Combinations with Repetition

When repetition is allowed and order doesn't matter:

$\binom{n+r-1}{r} = \frac{(n+r-1)!}{r!(n-1)!}$

Choosing 3 scoops of ice cream from 5 flavors (you can repeat flavors): $\binom{7}{3} = 35$ possible selections.

Probability Distributions and Expected Values

A probability distribution describes all the possible values a random variable can take and how likely each value is.

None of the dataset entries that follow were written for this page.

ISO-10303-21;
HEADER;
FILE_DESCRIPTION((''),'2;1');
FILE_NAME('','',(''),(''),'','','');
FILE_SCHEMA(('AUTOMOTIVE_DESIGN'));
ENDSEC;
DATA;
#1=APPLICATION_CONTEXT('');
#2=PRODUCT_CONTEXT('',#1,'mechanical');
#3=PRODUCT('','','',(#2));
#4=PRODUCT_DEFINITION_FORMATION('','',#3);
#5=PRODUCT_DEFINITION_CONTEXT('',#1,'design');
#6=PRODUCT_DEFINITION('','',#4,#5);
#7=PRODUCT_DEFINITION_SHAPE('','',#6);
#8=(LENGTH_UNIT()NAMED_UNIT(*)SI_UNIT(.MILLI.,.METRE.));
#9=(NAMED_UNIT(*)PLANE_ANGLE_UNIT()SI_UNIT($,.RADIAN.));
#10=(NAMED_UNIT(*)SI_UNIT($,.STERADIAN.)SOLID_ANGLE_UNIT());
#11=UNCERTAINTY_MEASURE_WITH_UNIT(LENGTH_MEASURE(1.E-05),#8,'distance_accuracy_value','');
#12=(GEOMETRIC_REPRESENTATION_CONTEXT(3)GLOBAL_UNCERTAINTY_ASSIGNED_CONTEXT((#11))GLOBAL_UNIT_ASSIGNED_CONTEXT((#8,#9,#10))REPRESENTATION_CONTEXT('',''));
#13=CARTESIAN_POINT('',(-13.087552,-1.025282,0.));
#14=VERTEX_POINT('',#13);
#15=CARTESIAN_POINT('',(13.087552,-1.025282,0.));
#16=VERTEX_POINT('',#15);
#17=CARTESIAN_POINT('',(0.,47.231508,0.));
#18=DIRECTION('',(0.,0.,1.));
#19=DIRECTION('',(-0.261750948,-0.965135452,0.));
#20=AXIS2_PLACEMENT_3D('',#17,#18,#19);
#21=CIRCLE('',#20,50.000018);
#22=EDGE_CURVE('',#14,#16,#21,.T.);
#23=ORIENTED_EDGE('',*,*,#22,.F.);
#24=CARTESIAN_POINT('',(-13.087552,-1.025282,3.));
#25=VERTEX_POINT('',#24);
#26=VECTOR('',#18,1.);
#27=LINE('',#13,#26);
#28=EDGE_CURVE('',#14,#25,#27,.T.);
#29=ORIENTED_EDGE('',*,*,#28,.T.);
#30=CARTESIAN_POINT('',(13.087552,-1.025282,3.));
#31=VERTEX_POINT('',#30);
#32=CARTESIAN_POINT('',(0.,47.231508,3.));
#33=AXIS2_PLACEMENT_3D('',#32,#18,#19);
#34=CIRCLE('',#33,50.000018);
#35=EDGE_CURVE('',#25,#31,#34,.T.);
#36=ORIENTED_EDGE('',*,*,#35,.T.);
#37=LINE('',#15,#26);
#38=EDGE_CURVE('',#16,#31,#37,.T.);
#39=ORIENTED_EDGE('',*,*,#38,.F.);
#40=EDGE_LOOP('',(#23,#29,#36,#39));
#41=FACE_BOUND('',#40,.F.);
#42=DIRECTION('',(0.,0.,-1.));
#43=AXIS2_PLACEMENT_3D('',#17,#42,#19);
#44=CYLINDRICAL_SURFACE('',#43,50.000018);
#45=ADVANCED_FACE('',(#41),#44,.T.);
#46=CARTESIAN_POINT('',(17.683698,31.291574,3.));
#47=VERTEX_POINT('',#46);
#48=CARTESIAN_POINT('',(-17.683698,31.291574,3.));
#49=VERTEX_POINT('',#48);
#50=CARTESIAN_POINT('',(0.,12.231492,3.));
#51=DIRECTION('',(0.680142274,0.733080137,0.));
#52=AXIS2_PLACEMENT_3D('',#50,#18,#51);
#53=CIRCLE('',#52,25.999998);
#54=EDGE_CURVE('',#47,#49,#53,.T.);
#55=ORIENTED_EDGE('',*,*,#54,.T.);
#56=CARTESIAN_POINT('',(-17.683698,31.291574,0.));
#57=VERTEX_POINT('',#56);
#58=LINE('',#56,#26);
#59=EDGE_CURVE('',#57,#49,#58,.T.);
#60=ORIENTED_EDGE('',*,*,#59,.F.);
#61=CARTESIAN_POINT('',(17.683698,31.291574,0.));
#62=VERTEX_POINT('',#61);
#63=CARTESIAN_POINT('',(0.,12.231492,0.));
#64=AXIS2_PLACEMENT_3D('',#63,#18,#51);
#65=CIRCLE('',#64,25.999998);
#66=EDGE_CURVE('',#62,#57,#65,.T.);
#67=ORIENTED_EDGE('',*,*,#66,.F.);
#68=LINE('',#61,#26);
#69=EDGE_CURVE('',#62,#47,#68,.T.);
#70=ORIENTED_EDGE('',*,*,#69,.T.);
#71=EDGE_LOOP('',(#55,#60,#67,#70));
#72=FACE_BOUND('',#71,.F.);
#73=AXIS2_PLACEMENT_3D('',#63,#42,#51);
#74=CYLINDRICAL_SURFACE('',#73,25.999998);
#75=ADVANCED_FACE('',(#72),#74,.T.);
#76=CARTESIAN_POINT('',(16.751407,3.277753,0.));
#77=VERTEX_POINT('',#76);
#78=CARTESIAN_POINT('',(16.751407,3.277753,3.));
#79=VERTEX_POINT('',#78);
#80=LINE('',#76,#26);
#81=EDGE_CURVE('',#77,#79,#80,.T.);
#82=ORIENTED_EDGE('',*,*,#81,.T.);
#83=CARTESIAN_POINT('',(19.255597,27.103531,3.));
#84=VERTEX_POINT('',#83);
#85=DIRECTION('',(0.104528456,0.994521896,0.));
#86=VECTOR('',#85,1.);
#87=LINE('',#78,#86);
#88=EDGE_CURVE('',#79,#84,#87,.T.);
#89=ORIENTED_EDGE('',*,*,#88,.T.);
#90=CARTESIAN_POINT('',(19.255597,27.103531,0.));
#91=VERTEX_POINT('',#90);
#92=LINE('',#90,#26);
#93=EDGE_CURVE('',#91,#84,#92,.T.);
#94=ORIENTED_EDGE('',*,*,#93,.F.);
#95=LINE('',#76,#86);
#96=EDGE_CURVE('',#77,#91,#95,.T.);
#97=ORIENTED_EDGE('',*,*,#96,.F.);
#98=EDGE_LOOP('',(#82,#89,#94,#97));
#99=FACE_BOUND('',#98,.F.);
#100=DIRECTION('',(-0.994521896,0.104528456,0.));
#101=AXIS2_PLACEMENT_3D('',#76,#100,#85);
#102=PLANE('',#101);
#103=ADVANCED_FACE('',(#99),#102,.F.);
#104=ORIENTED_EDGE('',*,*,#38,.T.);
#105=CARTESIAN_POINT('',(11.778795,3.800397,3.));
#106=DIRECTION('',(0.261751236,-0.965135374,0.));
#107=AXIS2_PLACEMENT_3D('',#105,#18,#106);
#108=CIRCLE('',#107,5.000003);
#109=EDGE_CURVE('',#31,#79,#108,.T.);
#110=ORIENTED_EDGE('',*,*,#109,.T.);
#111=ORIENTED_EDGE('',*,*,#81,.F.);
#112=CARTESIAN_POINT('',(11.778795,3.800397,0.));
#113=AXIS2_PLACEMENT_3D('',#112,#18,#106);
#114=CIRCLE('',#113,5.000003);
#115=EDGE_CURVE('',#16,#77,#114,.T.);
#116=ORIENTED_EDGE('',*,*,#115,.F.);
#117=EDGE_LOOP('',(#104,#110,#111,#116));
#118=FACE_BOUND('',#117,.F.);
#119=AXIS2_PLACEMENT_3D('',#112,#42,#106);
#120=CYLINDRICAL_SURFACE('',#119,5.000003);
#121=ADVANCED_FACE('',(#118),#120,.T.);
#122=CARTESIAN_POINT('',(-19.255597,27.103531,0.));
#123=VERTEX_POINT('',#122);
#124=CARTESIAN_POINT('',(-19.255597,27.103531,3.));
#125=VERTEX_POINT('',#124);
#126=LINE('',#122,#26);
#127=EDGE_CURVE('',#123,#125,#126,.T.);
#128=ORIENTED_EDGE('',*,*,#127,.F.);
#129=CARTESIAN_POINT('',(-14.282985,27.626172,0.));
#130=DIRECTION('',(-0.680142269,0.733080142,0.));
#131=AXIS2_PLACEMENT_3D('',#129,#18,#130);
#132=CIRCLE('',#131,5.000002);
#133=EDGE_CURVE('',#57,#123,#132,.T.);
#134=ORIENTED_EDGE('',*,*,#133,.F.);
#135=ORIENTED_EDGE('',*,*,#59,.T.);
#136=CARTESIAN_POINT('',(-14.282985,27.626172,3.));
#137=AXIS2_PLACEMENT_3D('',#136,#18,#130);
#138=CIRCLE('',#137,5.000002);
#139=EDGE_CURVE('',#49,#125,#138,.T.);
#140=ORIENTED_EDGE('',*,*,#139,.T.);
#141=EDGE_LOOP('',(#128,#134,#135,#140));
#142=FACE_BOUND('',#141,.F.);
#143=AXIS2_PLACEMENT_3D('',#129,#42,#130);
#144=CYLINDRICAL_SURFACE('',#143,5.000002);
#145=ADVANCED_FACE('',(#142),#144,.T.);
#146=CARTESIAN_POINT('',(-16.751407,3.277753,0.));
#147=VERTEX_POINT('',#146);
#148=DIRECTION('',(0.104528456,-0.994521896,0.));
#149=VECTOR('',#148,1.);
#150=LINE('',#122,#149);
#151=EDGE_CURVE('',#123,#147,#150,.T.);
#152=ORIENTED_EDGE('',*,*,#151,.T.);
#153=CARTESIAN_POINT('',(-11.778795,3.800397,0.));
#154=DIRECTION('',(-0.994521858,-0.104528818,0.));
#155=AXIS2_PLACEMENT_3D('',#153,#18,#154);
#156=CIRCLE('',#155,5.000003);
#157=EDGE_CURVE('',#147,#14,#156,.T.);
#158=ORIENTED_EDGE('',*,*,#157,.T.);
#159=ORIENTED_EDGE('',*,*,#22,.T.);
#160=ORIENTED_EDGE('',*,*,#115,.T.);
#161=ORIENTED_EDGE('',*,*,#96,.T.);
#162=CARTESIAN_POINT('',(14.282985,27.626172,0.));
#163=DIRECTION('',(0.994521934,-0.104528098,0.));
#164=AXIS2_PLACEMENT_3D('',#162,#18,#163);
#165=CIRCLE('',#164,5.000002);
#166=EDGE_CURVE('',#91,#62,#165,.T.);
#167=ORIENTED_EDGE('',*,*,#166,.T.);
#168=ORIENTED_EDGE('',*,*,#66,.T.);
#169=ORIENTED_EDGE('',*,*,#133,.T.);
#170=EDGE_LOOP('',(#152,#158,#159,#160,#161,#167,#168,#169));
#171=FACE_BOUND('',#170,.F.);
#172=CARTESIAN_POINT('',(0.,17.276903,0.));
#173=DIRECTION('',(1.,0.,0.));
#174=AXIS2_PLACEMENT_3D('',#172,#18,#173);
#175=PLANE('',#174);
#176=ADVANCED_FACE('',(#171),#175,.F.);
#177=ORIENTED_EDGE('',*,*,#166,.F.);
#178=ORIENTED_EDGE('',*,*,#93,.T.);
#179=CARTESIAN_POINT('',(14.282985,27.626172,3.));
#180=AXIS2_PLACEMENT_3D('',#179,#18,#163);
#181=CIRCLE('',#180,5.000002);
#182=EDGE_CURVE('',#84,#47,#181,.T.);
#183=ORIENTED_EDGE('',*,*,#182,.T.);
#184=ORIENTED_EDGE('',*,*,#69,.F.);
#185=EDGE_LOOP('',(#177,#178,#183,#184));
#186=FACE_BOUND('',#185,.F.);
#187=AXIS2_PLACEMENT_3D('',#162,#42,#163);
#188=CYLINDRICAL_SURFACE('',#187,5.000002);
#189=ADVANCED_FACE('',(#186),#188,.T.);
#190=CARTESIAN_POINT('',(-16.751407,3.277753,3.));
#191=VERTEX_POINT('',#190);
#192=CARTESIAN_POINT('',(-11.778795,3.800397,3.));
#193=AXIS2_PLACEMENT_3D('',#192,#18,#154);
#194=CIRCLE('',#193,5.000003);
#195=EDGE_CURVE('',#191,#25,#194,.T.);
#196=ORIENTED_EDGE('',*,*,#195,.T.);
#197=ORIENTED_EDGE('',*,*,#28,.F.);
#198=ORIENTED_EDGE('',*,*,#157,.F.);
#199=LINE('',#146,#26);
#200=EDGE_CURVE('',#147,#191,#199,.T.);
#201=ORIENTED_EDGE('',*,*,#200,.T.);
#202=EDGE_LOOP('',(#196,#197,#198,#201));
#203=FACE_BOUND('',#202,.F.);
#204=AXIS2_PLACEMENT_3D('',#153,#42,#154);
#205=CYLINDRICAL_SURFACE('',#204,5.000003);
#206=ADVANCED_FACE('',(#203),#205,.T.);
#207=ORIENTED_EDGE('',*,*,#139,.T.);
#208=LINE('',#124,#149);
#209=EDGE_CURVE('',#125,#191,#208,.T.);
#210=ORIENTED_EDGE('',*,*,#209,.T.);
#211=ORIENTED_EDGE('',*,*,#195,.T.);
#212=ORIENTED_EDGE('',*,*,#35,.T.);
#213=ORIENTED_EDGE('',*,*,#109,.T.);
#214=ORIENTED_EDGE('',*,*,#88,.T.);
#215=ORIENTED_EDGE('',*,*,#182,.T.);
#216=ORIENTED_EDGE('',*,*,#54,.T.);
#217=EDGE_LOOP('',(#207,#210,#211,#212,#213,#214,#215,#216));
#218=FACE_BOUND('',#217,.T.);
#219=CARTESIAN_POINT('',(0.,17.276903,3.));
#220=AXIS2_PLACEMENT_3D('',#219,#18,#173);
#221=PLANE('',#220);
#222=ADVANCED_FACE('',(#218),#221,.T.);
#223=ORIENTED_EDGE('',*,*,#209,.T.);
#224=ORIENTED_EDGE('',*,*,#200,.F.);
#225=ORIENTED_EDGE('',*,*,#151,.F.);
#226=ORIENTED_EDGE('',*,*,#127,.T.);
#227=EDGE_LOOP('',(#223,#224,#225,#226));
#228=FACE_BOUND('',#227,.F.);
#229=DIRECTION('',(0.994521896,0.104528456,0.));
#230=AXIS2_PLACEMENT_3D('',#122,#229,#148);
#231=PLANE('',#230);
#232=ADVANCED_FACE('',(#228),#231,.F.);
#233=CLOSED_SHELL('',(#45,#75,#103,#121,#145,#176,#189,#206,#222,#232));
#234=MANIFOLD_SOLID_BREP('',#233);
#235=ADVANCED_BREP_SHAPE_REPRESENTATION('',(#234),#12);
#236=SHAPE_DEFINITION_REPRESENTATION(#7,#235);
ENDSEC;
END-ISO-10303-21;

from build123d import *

# Parameters (mm, degrees)
F1_DEPTH = 3


with BuildPart() as f1:
    # F0 (on Top) → F1 (new body)
    with BuildSketch(Plane.XY):
        with BuildLine():
            Line((-19.255597, 27.103531), (-16.751407, 3.277753))
            ThreePointArc((-16.751407, 3.277753), (-15.585753, 0.558932), (-13.087552, -1.025282))
            ThreePointArc((-13.087552, -1.025282), (0, -2.76851), (13.087552, -1.025282))
            ThreePointArc((13.087552, -1.025282), (15.585753, 0.558932), (16.751407, 3.277753))
            Line((16.751407, 3.277753), (19.255597, 27.103531))
            ThreePointArc((19.255597, 27.103531), (18.964125, 29.383144), (17.683698, 31.291574))
            ThreePointArc((17.683698, 31.291574), (0, 38.23149), (-17.683698, 31.291574))
            ThreePointArc((-17.683698, 31.291574), (-18.964125, 29.383144), (-19.255597, 27.103531))
        make_face()
    extrude(amount=F1_DEPTH)


solid = f1.part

• A discrete probability distribution assigns probabilities to specific, countable values. For example, the number of heads in 3 coin flips can only be 0, 1, 2, or 3.
• A continuous probability distribution assigns probabilities to intervals of values. For example, the time until a lightbulb burns out could be any positive number, so you calculate the probability of it lasting between 900 and 1000 hours rather than exactly 950 hours.

Expected Value

The expected value (also called the mean) tells you the long-run average outcome of a random variable. For a discrete random variable:

$E(X) = \sum_{i=1}^{n} x_i \times P(X = x_i)$

You multiply each possible value by its probability, then add them all up. For example, if a game pays $10 with probability 0.3 and $0 with probability 0.7, the expected value is $10(0.3) + 0(0.7) = \$3$.

Two useful properties:

• Linearity: $E(aX + bY) = aE(X) + bE(Y)$, where $a$ and $b$ are constants. This always holds, even if $X$ and $Y$ aren't independent.
• The expected value of a constant is just that constant: $E(c) = c$.

Variance and Standard Deviation

Variance measures how spread out the distribution is around the mean:

$Var(X) = E(X^2) - [E(X)]^2$

Standard deviation is the square root of variance: $\sigma = \sqrt{Var(X)}$. It's in the same units as the original variable, which makes it easier to interpret than variance.

Using Expected Values for Decisions

Expected value is a practical tool for comparing options:

• Compare the expected values of different choices to see which one is better on average. For instance, if Investment A has an expected return of $500 and Investment B has an expected return of $400, Investment A is better on average.
• Consider the spread too. Two options might have the same expected value but very different levels of risk. The probability distribution helps you assess that.

The law of large numbers ties this together: as you repeat an experiment more and more times, the sample mean gets closer and closer to the expected value. This is why expected value represents the long-run average, not a guarantee for any single trial.

Additional Probability Concepts

Odds express probability as a ratio of an event happening versus not happening. If the probability of rain is 0.25, the odds are $0.25 : 0.75$, or 1 to 3 (often written 1:3). Odds and probability convey the same information in different formats.

Probability trees are diagrams that map out sequential events branch by branch. Each branch represents a possible outcome, and you multiply along the branches to find the probability of a specific sequence. They're especially helpful for visualizing dependent events, like drawing cards without replacement, where the probabilities change at each step.